Breaking the Autoregressive Chain: Hyper-Parallel Decoding for Efficient LLM-Based Attribute Value Extraction

arXiv cs.AI / 4/30/2026

💬 OpinionDeveloper Stack & InfrastructureIdeas & Deep AnalysisModels & Research

Key Points

  • Attribute Value Extraction (AVE) can require generating multiple independent output sequences from the same input, but standard autoregressive decoding is slow because it forces sequential token generation.
  • The paper introduces Hyper-Parallel Decoding (HPD), a decoding algorithm that accelerates offline LLM decoding by parallelizing across batches and using shared memory and computation.
  • HPD improves efficiency by enabling out-of-order token generation via position ID manipulation, which allows independent value generation within each prompt.
  • Experiments on AVE indicate conditional independence of attribute-value pairs, and stacking multiple documents in a single prompt enables parallel decoding of up to 96 tokens per prompt.
  • Results show up to a 13.8× reduction in inference costs and total inference time without degrading output quality, and the method could generalize to other tasks with independent output structures.

Abstract

Some text generation tasks, such as Attribute Value Extraction (AVE), require decoding multiple independent sequences from the same document context.
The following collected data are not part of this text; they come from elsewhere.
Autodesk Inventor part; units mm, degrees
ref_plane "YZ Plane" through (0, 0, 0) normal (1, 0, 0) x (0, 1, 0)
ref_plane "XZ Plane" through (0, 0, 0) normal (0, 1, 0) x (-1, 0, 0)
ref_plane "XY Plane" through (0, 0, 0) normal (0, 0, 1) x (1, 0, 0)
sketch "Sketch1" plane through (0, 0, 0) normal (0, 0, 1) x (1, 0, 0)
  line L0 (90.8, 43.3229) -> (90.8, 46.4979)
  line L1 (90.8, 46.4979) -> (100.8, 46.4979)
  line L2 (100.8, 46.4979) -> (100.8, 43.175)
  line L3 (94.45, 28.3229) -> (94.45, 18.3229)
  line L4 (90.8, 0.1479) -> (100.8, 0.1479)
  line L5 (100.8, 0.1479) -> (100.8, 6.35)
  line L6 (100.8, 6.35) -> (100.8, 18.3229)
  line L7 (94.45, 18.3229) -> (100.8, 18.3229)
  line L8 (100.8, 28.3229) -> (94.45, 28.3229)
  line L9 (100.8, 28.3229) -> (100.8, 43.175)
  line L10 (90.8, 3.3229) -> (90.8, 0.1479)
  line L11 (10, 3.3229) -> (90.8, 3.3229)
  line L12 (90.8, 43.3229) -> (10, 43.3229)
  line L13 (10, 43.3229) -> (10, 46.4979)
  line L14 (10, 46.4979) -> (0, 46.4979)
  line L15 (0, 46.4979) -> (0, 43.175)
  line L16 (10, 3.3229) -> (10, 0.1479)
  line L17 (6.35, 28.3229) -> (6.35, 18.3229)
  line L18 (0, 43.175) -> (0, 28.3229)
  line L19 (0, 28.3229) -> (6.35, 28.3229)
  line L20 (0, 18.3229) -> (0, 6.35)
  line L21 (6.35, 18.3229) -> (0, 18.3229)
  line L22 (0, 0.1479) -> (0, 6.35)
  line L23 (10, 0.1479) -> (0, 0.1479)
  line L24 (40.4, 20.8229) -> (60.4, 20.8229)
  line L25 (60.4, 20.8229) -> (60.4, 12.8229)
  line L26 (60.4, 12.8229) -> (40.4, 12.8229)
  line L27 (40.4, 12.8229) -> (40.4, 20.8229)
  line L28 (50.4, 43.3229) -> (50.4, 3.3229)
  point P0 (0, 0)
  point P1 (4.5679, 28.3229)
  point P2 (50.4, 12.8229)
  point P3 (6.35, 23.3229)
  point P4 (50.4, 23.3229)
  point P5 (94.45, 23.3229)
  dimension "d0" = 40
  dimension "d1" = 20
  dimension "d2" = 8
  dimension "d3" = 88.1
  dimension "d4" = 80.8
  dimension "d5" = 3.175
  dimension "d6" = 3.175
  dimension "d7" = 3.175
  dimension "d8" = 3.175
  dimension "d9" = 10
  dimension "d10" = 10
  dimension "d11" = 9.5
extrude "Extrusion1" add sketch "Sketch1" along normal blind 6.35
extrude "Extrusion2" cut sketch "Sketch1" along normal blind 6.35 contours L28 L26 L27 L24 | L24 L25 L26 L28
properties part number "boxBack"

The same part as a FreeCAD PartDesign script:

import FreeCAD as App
import Part
import Sketcher
Q = App.Units.Quantity


def add_polygon(sketch, points):
    """Adds a closed chain of lines whose ends are joined by coincident constraints."""
    first, n = sketch.GeometryCount, len(points)
    for a, b in zip(points, points[1:] + points[:1]):
        sketch.addGeometry(Part.LineSegment(App.Vector(*a, 0), App.Vector(*b, 0)), False)
    for i in range(n):
        sketch.addConstraint(Sketcher.Constraint("Coincident", first + i, 2, first + (i + 1) % n, 1))

doc = App.newDocument("Part")
body = doc.addObject("PartDesign::Body", "Body")

sketch1 = body.newObject("Sketcher::SketchObject", "Sketch")
sketch1.AttachmentSupport = (doc.getObject("XY_Plane"), [""])
sketch1.MapMode = "FlatFace"
add_polygon(sketch1, [(90.8, 46.4979), (90.8, 43.3229), (10, 43.3229), (10, 46.4979), (0, 46.4979), (0, 28.3229), (6.35, 28.3229), (6.35, 18.3229), (0, 18.3229), (0, 0.1479), (10, 0.1479), (10, 3.3229), (90.8, 3.3229), (90.8, 0.1479), (100.8, 0.1479), (100.8, 18.3229), (94.45, 18.3229), (94.45, 28.3229), (100.8, 28.3229), (100.8, 46.4979)])
sketch1.addConstraint([
    Sketcher.Constraint("Vertical", 0),
    Sketcher.Constraint("Horizontal", 1),
    Sketcher.Constraint("Vertical", 2),
    Sketcher.Constraint("Horizontal", 3),
    Sketcher.Constraint("Vertical", 4),
    Sketcher.Constraint("Horizontal", 5),
    Sketcher.Constraint("Vertical", 6),
    Sketcher.Constraint("Horizontal", 7),
    Sketcher.Constraint("Vertical", 8),
    Sketcher.Constraint("Horizontal", 9),
    Sketcher.Constraint("Vertical", 10),
    Sketcher.Constraint("Horizontal", 11),
    Sketcher.Constraint("Vertical", 12),
    Sketcher.Constraint("Horizontal", 13),
    Sketcher.Constraint("Vertical", 14),
    Sketcher.Constraint("Horizontal", 15),
    Sketcher.Constraint("Vertical", 16),
    Sketcher.Constraint("Horizontal", 17),
    Sketcher.Constraint("Vertical", 18),
    Sketcher.Constraint("Horizontal", 19),
    Sketcher.Constraint("PointOnObject", 3, 2, -2),
    Sketcher.Constraint("PointOnObject", 7, 2, -2),
    Sketcher.Constraint("Horizontal", 9, 2, 12, 2),
    Sketcher.Constraint("Horizontal", 7, 2, 14, 2),
    Sketcher.Constraint("Horizontal", 5, 2, 16, 2),
    Sketcher.Constraint("Horizontal", 3, 2, 18, 2),
    Sketcher.Constraint("Vertical", 2, 2, 9, 2),
    Sketcher.Constraint("Vertical", 0, 2, 11, 2),
    Sketcher.Constraint("Vertical", 14, 2, 17, 2),
    Sketcher.Constraint("Equal", 9, 13),
    Sketcher.Constraint("Equal", 7, 15),
    Sketcher.Constraint("Equal", 19, 6),
    Sketcher.Constraint("Equal", 4, 8),
    Sketcher.Constraint("Equal", 2, 10),
    Sketcher.Constraint("DistanceY", 0, 2, 0, 1, Q("0.125 in")),
    Sketcher.Constraint("DistanceX", 1, 2, 1, 1, Q("3.1811 in")),
    Sketcher.Constraint("DistanceX", 3, 2, 3, 1, Q("0.3937 in")),
    Sketcher.Constraint("DistanceX", 5, 1, 5, 2, Q("0.25 in")),
    Sketcher.Constraint("DistanceY", 11, 2, 0, 2, Q("1.5748 in")),
    Sketcher.Constraint("DistanceY", -1, 1, 0, 2, Q("43.323 mm")),
])
pad1 = body.newObject("PartDesign::Pad", "Pad")
pad1.Profile = sketch1
pad1.Length = Q("0.25 in")

sketch2 = body.newObject("Sketcher::SketchObject", "Sketch001")
sketch2.AttachmentSupport = (doc.getObject("XY_Plane"), [""])
sketch2.MapMode = "FlatFace"
add_polygon(sketch2, [(40.4, 12.8229), (60.4, 12.8229), (60.4, 20.8229), (40.4, 20.8229)])
sketch2.addConstraint([
    Sketcher.Constraint("Horizontal", 0),
    Sketcher.Constraint("Vertical", 1),
    Sketcher.Constraint("Horizontal", 2),
    Sketcher.Constraint("Vertical", 3),
    Sketcher.Constraint("DistanceX", 0, 1, 0, 2, Q("0.7874 in")),
    Sketcher.Constraint("DistanceY", 1, 1, 1, 2, Q("8 mm")),
    Sketcher.Constraint("DistanceY", -1, 1, 1, 2, Q("0.8198 in")),
    Sketcher.Constraint("DistanceX", -1, 1, 0, 2, Q("60.4 mm")),
])
pocket1 = body.newObject("PartDesign::Pocket", "Pocket")
pocket1.Profile = sketch2
pocket1.Length = Q("0.25 in")
pocket1.Reversed = True

doc.recompute()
While standard autoregressive decoding is slow due to its sequential nature, the independence between output sequences offers an opportunity for parallelism. We present Hyper-Parallel Decoding, a novel decoding algorithm that accelerates offline decoding by leveraging both shared memory and computation across batches. HPD enables out-of-order token generation through position ID manipulation, significantly improving efficiency. Experiments on AVE show that attribute-value pairs are conditionally independent, enabling us to parallelize value generation within each prompt. By further stacking multiple documents within a single prompt, we can decode in parallel up to 96 tokens per prompt. HPD works with all LLMs, and reduces both inference costs and total inference time by up to 13.8X without compromising output quality, potentially saving hundreds of thousands of dollars on industry AVE tasks. Although designed for attribute extraction, HPD makes no assumptions unique to the AVE domain and can in theory be applied to other scenarios with independent output structures.